▼▼▼

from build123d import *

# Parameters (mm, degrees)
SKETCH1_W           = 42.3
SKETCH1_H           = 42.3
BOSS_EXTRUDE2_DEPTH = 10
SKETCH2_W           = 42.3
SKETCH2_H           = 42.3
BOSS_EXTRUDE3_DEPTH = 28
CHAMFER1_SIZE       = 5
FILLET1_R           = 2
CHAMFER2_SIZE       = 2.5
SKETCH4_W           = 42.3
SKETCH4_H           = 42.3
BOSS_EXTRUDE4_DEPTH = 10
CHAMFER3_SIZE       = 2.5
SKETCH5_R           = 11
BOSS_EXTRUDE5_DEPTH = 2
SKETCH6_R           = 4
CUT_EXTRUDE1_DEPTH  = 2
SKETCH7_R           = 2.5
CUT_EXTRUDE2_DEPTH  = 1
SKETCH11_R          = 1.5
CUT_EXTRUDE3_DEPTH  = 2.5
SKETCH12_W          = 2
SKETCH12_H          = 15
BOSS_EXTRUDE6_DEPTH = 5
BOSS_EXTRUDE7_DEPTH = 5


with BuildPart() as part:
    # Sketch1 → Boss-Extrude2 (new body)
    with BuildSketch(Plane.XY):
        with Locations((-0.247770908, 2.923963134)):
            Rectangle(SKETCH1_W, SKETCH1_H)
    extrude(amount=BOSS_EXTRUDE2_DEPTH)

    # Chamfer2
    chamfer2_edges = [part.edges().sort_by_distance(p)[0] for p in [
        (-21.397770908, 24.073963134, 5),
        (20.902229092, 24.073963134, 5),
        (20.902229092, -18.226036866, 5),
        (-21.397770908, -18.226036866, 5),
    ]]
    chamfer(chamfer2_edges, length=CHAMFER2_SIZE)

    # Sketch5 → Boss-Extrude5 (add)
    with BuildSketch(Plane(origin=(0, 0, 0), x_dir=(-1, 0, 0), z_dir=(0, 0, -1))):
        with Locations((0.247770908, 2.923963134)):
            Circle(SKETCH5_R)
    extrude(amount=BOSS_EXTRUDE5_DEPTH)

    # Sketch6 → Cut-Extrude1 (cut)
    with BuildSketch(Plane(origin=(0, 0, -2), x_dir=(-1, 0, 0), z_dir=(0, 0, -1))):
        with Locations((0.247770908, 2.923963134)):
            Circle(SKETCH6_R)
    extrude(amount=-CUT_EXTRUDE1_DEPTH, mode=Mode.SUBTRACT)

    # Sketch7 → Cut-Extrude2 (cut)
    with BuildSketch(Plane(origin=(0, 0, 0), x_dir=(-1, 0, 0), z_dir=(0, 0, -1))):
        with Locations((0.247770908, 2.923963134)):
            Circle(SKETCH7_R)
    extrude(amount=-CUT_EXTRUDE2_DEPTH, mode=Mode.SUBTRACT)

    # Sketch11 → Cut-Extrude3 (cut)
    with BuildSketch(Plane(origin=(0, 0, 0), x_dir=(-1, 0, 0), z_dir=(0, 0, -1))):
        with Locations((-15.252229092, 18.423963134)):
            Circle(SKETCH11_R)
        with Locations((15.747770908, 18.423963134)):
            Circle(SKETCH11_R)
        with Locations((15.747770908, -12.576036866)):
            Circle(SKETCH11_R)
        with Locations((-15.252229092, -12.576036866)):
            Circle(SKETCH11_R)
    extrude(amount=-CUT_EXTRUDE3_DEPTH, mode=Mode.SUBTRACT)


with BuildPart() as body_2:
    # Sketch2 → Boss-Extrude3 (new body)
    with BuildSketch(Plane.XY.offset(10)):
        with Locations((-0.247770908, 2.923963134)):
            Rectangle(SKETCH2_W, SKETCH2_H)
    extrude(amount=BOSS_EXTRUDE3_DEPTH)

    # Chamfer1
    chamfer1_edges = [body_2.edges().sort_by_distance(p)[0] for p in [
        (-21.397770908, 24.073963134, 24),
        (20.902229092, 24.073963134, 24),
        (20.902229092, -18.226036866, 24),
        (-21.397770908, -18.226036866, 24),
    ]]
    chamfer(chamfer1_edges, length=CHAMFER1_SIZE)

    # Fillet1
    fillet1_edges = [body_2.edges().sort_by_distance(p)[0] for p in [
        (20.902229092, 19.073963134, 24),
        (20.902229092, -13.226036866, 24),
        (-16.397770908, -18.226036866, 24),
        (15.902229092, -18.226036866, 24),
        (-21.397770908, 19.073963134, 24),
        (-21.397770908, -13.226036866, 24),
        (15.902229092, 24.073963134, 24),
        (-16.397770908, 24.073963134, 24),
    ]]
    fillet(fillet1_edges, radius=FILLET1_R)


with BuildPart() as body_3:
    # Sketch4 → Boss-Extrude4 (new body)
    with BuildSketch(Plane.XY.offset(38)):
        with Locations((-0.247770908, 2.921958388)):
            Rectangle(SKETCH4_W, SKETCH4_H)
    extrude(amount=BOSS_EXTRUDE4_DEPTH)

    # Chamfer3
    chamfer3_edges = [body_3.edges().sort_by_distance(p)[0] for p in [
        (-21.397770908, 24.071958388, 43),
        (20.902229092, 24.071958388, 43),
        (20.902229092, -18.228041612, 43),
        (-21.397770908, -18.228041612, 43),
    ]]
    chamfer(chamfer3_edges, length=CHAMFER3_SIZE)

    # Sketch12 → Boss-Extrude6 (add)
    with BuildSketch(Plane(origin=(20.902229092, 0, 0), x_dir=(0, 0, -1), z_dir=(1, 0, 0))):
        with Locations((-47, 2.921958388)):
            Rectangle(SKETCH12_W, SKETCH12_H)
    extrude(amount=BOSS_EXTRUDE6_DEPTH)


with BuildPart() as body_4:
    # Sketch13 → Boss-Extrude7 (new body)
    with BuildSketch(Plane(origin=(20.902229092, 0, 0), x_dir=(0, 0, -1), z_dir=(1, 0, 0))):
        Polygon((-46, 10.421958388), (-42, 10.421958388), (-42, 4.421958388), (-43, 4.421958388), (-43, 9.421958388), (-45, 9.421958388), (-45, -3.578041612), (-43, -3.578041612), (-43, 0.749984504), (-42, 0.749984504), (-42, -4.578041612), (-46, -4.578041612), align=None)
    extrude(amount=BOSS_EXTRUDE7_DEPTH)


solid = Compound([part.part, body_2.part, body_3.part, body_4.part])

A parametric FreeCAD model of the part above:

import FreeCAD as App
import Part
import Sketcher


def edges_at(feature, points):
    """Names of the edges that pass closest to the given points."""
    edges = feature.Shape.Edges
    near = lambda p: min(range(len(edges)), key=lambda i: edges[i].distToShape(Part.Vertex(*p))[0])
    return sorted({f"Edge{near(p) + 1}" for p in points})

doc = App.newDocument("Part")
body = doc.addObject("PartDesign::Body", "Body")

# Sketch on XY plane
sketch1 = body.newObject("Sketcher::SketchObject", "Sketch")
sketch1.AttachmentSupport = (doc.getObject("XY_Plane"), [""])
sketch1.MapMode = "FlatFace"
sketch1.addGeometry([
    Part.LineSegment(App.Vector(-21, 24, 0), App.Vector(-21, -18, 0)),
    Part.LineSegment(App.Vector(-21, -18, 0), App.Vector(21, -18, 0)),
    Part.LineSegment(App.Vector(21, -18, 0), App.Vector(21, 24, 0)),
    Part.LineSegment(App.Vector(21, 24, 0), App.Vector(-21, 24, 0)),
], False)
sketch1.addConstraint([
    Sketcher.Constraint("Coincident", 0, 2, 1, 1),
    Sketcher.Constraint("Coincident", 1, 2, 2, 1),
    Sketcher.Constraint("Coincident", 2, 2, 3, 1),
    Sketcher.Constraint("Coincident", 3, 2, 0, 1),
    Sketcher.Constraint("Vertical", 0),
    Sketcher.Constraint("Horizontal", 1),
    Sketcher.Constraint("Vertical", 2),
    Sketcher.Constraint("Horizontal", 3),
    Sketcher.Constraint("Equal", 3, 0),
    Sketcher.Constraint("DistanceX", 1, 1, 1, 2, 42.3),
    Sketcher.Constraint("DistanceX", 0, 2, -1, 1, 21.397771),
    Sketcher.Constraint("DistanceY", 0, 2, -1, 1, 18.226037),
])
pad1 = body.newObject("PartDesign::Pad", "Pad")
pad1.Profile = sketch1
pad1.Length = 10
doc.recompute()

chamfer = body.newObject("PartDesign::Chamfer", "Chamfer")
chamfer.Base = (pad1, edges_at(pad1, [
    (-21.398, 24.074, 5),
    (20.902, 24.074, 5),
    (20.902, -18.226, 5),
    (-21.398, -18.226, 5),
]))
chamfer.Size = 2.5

▲▲▲

(What to work on): Consider the entries above and return each line with the string "BuildPart".

(Written response):
with BuildPart() as part:
with BuildPart() as body_2:
with BuildPart() as body_3:
with BuildPart() as body_4:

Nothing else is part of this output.